WORK INSTRUCTION - Repeat the first line of the listing and each line after it, exactly, through the line containing "f 223 218 220".

RECORDS -
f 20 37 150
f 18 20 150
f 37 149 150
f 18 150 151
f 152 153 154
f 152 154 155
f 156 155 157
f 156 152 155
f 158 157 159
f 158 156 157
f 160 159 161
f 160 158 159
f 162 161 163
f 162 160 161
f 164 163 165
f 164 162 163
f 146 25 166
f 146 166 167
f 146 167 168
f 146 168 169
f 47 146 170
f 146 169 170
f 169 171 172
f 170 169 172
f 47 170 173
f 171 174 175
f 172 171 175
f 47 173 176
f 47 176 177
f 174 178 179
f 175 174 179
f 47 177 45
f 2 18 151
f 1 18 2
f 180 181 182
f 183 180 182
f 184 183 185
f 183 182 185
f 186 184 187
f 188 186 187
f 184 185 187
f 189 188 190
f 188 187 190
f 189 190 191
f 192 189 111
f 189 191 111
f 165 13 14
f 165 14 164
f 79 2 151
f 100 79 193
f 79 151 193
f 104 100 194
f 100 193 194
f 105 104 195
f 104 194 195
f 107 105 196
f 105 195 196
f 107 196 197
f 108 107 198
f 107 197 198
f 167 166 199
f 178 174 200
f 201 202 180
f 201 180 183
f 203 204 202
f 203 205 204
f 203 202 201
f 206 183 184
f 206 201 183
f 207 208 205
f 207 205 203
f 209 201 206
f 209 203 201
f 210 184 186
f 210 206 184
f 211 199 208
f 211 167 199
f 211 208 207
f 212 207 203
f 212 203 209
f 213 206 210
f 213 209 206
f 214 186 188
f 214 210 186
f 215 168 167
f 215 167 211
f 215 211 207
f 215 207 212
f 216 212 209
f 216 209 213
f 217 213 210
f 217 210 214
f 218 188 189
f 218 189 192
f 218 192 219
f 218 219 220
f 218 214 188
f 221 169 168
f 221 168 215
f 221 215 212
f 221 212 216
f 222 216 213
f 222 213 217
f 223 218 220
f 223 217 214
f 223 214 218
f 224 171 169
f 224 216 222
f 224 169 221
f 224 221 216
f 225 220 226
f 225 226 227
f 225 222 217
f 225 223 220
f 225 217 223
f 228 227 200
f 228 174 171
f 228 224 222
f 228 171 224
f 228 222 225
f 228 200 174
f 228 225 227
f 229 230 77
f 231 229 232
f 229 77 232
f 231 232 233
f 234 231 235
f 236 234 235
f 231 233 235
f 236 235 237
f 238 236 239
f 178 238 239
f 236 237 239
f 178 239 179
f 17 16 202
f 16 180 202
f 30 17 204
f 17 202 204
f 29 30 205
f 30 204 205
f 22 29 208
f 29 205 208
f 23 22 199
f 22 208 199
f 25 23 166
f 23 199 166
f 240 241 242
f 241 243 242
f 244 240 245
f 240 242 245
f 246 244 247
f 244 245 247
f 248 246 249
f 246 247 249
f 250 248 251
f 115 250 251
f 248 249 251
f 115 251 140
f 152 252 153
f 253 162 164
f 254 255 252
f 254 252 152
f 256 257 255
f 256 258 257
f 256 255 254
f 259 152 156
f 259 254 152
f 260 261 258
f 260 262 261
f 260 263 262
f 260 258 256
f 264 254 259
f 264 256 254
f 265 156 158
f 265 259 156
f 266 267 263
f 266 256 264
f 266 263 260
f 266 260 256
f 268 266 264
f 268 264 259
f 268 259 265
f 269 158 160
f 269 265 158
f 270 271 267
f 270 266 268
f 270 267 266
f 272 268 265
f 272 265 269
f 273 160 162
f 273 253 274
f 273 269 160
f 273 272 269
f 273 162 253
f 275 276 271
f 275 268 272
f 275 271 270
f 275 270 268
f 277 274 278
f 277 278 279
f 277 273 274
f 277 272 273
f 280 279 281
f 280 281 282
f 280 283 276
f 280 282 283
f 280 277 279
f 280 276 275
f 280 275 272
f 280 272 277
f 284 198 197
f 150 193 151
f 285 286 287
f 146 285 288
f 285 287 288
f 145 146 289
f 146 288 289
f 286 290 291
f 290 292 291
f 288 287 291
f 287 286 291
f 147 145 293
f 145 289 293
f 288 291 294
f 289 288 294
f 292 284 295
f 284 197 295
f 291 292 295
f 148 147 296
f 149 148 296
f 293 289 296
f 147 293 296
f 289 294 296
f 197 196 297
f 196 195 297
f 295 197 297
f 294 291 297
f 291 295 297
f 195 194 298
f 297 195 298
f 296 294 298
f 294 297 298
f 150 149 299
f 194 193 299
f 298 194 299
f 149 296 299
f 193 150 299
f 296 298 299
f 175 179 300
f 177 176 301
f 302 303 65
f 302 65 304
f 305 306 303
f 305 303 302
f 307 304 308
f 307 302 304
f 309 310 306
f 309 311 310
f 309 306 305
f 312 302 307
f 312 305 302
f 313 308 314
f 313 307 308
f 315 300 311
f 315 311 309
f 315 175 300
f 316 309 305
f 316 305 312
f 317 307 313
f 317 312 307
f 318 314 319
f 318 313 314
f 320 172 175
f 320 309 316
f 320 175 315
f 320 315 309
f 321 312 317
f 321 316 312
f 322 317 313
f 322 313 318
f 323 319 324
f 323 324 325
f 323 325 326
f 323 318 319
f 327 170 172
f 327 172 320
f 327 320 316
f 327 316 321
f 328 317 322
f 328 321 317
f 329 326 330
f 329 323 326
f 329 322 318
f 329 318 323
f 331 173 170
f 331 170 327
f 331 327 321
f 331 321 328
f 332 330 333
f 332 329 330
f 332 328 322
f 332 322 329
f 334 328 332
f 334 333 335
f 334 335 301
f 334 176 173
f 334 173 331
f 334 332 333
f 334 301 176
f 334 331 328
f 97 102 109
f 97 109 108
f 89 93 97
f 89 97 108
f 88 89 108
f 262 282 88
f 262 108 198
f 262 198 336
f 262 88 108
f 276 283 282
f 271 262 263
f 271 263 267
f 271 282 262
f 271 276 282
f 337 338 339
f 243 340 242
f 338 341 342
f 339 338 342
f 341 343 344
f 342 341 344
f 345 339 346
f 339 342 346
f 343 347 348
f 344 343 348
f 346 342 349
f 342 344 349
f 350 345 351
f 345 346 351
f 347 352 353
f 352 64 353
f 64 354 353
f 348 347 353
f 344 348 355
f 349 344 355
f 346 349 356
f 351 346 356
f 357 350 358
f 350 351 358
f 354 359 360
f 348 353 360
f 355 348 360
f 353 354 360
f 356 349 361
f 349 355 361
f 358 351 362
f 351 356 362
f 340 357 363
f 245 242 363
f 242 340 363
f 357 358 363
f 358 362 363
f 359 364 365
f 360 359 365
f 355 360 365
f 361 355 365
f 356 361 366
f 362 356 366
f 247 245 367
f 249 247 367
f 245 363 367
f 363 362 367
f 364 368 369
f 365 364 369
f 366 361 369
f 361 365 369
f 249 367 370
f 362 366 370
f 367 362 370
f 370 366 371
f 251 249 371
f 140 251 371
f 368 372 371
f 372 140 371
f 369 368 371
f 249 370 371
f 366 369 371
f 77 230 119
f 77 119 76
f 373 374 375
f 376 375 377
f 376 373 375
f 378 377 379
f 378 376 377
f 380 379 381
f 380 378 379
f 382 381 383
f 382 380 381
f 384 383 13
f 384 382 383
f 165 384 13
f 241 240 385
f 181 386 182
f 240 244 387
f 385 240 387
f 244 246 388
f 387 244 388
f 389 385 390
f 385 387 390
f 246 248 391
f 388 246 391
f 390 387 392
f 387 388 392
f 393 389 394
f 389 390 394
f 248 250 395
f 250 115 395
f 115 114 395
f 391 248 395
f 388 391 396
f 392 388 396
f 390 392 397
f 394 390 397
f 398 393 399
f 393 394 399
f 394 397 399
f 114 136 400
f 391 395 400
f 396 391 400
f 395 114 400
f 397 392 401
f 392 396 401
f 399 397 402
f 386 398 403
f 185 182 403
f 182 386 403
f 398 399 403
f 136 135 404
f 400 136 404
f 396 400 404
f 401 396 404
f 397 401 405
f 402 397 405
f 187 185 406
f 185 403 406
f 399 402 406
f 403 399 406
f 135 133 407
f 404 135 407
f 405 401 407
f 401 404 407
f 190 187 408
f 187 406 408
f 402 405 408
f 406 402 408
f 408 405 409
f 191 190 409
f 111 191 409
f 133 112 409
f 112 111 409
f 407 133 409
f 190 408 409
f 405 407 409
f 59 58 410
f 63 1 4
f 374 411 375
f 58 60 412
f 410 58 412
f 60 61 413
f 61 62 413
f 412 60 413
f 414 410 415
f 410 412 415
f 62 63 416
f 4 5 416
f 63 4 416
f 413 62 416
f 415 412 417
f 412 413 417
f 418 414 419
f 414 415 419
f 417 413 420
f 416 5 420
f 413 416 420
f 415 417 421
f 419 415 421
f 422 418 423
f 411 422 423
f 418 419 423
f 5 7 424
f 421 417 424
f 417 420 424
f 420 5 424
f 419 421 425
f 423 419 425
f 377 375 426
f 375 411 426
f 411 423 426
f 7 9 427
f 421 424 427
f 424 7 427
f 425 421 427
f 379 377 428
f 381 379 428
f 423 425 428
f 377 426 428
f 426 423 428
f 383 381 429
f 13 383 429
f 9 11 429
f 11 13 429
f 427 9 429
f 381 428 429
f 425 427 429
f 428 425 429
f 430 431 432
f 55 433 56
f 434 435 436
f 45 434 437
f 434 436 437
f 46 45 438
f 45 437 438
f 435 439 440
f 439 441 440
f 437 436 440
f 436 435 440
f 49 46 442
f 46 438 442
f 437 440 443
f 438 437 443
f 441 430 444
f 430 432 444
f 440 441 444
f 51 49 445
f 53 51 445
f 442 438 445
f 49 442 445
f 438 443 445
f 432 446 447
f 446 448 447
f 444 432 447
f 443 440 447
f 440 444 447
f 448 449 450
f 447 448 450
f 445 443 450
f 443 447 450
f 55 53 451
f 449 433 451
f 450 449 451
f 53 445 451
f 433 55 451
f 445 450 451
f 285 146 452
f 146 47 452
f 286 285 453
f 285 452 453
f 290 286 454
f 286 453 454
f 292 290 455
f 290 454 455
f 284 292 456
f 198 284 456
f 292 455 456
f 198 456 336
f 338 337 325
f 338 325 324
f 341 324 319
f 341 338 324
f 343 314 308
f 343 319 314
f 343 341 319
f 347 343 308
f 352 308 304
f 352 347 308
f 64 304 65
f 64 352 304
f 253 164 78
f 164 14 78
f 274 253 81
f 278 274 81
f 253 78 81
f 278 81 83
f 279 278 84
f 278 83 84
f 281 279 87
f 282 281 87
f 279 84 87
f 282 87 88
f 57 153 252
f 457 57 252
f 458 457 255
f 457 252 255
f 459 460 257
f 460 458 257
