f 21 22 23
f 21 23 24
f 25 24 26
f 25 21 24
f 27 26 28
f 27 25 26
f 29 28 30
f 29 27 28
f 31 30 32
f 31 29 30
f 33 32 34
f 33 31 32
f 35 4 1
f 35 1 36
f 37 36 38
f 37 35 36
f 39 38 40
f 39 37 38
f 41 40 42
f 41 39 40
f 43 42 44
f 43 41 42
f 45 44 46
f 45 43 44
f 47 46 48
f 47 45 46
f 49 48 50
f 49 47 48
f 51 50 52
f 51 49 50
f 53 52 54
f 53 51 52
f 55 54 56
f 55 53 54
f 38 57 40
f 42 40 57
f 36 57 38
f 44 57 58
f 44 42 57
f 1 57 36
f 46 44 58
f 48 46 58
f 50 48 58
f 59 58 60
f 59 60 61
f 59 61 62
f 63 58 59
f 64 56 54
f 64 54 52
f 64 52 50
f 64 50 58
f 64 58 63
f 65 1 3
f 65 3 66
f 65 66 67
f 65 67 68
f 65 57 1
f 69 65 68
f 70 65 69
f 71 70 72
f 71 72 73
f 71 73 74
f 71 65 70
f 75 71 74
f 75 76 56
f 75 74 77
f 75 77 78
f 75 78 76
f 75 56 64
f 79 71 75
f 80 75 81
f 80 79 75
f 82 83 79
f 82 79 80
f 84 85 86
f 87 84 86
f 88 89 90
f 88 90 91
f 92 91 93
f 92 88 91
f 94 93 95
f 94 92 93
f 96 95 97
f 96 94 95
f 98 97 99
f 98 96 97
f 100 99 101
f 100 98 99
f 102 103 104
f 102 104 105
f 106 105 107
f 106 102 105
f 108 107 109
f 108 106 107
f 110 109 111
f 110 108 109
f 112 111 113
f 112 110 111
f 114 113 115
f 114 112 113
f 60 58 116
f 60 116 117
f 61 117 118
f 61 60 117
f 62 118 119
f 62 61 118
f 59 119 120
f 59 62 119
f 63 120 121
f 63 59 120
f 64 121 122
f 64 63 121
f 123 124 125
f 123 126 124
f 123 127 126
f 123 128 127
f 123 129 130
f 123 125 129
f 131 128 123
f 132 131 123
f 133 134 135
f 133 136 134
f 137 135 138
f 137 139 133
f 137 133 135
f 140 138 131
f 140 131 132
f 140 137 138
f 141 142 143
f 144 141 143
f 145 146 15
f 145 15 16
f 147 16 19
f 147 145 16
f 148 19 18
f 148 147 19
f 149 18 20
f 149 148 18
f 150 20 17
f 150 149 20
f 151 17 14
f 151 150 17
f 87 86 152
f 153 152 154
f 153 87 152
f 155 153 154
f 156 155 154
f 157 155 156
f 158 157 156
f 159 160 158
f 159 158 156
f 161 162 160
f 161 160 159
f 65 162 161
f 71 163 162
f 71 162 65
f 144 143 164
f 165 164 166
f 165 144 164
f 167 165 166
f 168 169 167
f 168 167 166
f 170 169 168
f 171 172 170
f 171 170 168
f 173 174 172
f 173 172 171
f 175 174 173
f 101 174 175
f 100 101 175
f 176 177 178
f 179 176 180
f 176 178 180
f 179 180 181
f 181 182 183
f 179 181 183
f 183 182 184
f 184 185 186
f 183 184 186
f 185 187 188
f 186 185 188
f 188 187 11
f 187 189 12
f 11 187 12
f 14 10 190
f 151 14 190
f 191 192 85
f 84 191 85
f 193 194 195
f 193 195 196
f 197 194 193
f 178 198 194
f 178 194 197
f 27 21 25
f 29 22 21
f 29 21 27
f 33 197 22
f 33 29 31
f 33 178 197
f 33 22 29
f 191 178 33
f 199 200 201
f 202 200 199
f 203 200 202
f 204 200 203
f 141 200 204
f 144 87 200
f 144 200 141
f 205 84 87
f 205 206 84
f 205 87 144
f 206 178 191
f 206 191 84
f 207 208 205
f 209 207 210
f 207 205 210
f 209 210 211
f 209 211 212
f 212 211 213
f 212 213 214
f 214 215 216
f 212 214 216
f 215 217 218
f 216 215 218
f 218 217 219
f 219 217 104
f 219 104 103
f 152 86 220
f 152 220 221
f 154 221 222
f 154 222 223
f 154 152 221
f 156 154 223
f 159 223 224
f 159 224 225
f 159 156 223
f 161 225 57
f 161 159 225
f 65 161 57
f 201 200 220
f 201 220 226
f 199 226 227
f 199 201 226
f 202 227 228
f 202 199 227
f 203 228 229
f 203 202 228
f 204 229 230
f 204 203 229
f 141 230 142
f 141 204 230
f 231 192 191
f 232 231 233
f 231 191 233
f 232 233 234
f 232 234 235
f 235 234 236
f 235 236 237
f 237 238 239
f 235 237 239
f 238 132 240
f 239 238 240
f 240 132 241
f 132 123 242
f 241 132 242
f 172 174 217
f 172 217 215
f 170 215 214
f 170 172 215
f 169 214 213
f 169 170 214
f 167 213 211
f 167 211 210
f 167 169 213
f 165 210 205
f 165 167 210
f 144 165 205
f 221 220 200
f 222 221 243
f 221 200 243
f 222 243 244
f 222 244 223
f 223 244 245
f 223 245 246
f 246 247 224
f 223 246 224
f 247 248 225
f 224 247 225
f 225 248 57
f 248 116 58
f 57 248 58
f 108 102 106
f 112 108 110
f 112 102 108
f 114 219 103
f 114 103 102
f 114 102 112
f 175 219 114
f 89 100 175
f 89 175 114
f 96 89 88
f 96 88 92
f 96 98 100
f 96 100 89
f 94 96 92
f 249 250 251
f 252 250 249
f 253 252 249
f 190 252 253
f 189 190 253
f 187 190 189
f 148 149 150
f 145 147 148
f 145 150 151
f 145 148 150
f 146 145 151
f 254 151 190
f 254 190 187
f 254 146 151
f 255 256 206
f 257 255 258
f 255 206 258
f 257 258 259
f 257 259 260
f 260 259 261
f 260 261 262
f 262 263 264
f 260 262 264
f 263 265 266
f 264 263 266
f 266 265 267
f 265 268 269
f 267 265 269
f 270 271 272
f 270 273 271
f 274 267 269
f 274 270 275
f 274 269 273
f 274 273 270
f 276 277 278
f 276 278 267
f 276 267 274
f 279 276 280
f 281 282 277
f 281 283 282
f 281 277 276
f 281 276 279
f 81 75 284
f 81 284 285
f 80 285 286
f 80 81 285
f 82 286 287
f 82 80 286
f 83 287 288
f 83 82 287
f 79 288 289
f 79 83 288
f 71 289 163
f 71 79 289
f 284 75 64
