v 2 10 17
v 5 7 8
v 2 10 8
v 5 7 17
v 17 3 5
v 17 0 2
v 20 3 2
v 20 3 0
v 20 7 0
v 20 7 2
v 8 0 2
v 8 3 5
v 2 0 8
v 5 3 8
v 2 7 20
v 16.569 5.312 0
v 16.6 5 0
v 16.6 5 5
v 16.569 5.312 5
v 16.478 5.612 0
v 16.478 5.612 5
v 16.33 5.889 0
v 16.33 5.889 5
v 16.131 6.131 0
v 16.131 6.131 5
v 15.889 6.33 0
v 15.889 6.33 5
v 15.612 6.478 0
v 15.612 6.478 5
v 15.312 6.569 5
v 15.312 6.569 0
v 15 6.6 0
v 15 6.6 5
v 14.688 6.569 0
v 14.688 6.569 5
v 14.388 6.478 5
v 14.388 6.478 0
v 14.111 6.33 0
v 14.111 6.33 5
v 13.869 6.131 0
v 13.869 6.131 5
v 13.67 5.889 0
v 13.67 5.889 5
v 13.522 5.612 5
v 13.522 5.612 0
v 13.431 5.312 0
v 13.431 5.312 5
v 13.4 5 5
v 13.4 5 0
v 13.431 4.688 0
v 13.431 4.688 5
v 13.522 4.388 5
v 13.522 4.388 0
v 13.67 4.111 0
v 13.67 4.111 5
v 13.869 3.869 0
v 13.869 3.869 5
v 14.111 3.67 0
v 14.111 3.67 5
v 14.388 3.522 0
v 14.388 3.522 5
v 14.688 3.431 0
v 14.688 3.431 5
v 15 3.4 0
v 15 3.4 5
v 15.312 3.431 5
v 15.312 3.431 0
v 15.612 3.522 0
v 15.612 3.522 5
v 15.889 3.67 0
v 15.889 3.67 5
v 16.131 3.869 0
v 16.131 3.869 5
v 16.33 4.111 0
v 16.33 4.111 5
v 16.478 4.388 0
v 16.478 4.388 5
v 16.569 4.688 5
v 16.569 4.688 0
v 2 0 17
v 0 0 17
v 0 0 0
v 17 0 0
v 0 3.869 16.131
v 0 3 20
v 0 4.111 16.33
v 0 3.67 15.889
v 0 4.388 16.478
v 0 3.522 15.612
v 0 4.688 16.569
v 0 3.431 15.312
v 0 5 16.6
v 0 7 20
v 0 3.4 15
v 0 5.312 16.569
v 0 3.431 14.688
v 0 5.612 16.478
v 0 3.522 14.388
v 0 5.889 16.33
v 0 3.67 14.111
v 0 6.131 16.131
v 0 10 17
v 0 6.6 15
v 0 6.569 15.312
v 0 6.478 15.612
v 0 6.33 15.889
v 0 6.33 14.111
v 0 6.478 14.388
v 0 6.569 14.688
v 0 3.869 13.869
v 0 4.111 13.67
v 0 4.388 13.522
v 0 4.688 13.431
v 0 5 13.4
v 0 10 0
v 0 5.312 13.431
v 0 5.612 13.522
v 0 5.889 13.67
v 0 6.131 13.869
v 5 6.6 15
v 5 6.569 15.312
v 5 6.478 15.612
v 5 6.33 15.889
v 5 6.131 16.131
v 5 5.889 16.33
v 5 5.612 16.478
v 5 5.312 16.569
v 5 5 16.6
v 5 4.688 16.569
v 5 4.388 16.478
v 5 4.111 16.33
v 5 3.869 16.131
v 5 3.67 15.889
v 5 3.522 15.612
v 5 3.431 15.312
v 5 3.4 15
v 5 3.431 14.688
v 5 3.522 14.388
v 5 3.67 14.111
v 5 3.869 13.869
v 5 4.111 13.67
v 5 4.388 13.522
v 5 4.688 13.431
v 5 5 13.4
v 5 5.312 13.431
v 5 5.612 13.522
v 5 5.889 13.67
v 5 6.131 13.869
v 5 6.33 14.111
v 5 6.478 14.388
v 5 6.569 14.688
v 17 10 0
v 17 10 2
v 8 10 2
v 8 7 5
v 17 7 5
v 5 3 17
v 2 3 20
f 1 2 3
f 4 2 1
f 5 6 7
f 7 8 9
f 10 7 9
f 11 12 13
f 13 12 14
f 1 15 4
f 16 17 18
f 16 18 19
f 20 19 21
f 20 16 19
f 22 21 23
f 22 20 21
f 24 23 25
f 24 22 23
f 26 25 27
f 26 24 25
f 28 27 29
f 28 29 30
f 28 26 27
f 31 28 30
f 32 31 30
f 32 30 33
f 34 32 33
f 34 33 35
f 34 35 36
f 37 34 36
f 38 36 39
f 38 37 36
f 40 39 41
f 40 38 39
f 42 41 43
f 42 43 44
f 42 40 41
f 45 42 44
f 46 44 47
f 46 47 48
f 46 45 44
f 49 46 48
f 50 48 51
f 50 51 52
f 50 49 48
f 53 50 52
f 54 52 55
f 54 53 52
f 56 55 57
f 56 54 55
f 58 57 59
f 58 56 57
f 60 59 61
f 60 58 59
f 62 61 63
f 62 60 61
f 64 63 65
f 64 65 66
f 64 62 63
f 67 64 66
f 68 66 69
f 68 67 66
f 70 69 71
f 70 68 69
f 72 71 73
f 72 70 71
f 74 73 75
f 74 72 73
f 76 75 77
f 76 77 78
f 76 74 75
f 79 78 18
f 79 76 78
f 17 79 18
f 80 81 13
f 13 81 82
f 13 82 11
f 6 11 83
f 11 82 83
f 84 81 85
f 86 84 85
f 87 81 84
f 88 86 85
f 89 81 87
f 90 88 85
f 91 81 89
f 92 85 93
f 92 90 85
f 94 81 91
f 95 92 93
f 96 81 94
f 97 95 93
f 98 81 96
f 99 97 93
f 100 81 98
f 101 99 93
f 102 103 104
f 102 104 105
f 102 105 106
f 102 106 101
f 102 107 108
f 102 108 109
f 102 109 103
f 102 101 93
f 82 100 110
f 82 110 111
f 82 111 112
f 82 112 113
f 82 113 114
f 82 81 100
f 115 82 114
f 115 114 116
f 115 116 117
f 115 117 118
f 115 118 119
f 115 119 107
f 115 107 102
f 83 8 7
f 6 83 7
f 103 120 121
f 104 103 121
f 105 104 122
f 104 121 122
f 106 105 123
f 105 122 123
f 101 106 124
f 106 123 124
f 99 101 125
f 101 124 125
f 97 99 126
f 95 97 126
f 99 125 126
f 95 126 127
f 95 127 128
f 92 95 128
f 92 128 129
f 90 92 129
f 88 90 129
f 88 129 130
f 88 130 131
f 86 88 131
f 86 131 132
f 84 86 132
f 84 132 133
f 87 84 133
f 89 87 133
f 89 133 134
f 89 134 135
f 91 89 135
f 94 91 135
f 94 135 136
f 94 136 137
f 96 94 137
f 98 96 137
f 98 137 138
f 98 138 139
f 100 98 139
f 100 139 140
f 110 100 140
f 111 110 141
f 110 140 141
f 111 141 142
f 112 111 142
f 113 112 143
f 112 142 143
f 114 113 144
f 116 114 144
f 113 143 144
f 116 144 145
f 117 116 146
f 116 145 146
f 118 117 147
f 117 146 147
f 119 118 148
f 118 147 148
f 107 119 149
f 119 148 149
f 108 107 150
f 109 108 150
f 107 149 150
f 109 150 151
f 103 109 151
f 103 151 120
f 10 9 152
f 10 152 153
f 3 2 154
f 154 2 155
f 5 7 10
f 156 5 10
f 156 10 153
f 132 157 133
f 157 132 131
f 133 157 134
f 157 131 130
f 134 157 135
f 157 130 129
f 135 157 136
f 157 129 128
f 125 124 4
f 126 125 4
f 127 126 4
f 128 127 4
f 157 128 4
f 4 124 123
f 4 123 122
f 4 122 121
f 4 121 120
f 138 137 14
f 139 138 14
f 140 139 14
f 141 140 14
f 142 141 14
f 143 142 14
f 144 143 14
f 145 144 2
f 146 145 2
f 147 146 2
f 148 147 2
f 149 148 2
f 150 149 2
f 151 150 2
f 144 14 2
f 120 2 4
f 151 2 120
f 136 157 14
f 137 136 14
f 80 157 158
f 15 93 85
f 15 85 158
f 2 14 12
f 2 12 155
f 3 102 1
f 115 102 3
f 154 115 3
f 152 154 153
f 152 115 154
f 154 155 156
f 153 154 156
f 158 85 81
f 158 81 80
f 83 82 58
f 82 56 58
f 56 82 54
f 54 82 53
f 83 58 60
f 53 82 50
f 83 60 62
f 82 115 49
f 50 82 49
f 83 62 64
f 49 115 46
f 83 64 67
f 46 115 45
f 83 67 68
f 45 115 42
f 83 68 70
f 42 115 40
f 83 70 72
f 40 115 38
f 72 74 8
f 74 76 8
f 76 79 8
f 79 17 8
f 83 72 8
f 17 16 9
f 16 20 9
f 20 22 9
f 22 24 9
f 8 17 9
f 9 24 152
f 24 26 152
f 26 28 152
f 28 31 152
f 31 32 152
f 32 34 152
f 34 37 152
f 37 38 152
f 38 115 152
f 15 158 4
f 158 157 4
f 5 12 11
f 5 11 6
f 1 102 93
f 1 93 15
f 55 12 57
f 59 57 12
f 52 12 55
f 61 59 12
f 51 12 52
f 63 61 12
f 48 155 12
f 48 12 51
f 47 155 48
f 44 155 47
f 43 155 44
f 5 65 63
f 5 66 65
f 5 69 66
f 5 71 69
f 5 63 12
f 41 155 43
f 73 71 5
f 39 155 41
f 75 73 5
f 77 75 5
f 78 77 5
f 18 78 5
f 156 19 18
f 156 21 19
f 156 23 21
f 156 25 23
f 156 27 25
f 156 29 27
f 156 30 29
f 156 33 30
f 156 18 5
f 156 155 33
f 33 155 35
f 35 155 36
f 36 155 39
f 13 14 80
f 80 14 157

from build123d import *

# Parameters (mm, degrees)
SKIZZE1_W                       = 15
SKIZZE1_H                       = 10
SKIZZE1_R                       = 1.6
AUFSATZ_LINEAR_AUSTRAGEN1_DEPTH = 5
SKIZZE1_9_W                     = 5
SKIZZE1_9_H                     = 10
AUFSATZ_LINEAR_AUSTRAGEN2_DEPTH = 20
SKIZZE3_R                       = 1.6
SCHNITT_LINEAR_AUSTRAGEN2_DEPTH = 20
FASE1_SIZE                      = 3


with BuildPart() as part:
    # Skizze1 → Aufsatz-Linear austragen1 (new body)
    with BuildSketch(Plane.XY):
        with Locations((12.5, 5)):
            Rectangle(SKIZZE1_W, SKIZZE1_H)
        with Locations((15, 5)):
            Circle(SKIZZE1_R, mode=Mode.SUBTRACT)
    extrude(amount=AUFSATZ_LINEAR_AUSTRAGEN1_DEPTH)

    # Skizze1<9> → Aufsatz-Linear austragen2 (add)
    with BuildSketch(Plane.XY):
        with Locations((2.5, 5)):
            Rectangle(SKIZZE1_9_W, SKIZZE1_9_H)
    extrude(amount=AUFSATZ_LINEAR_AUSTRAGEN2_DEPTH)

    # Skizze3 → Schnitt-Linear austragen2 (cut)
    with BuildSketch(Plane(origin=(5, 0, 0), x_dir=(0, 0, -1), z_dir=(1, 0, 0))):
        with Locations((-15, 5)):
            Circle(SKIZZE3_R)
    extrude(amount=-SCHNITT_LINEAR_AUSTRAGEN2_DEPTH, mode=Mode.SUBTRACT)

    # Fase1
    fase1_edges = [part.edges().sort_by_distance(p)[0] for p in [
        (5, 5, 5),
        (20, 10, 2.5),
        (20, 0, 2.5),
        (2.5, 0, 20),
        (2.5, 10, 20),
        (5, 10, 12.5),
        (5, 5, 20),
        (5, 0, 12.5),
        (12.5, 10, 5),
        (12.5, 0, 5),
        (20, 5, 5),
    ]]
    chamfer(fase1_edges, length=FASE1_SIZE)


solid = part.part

RESPONSE -
f 20 37 150
f 18 20 150
f 37 149 150
f 18 150 151
f 152 153 154
f 152 154 155
f 156 155 157
f 156 152 155
f 158 157 159
f 158 156 157
f 160 159 161
f 160 158 159
f 162 161 163
f 162 160 161
f 164 163 165
f 164 162 163
f 146 25 166
f 146 166 167
f 146 167 168
f 146 168 169
f 47 146 170
f 146 169 170
f 169 171 172
f 170 169 172
f 47 170 173
f 171 174 175
f 172 171 175
f 47 173 176
f 47 176 177
f 174 178 179
f 175 174 179
f 47 177 45
f 2 18 151
f 1 18 2
f 180 181 182
f 183 180 182
f 184 183 185
f 183 182 185
f 186 184 187
f 188 186 187
f 184 185 187
f 189 188 190
f 188 187 190
f 189 190 191
f 192 189 111
f 189 191 111
f 165 13 14
f 165 14 164
f 79 2 151
f 100 79 193
f 79 151 193
f 104 100 194
f 100 193 194
f 105 104 195
f 104 194 195
f 107 105 196
f 105 195 196
f 107 196 197
f 108 107 198
f 107 197 198
f 167 166 199
f 178 174 200
f 201 202 180
f 201 180 183
f 203 204 202
f 203 205 204
f 203 202 201
f 206 183 184
f 206 201 183
f 207 208 205
f 207 205 203
f 209 201 206
f 209 203 201
f 210 184 186
f 210 206 184
f 211 199 208
f 211 167 199
f 211 208 207
f 212 207 203
f 212 203 209
f 213 206 210
f 213 209 206
f 214 186 188
f 214 210 186
f 215 168 167
f 215 167 211
f 215 211 207
f 215 207 212
f 216 212 209
f 216 209 213
f 217 213 210
f 217 210 214
f 218 188 189
f 218 189 192
f 218 192 219
f 218 219 220
f 218 214 188
f 221 169 168
f 221 168 215
f 221 215 212
f 221 212 216
f 222 216 213
f 222 213 217
f 223 218 220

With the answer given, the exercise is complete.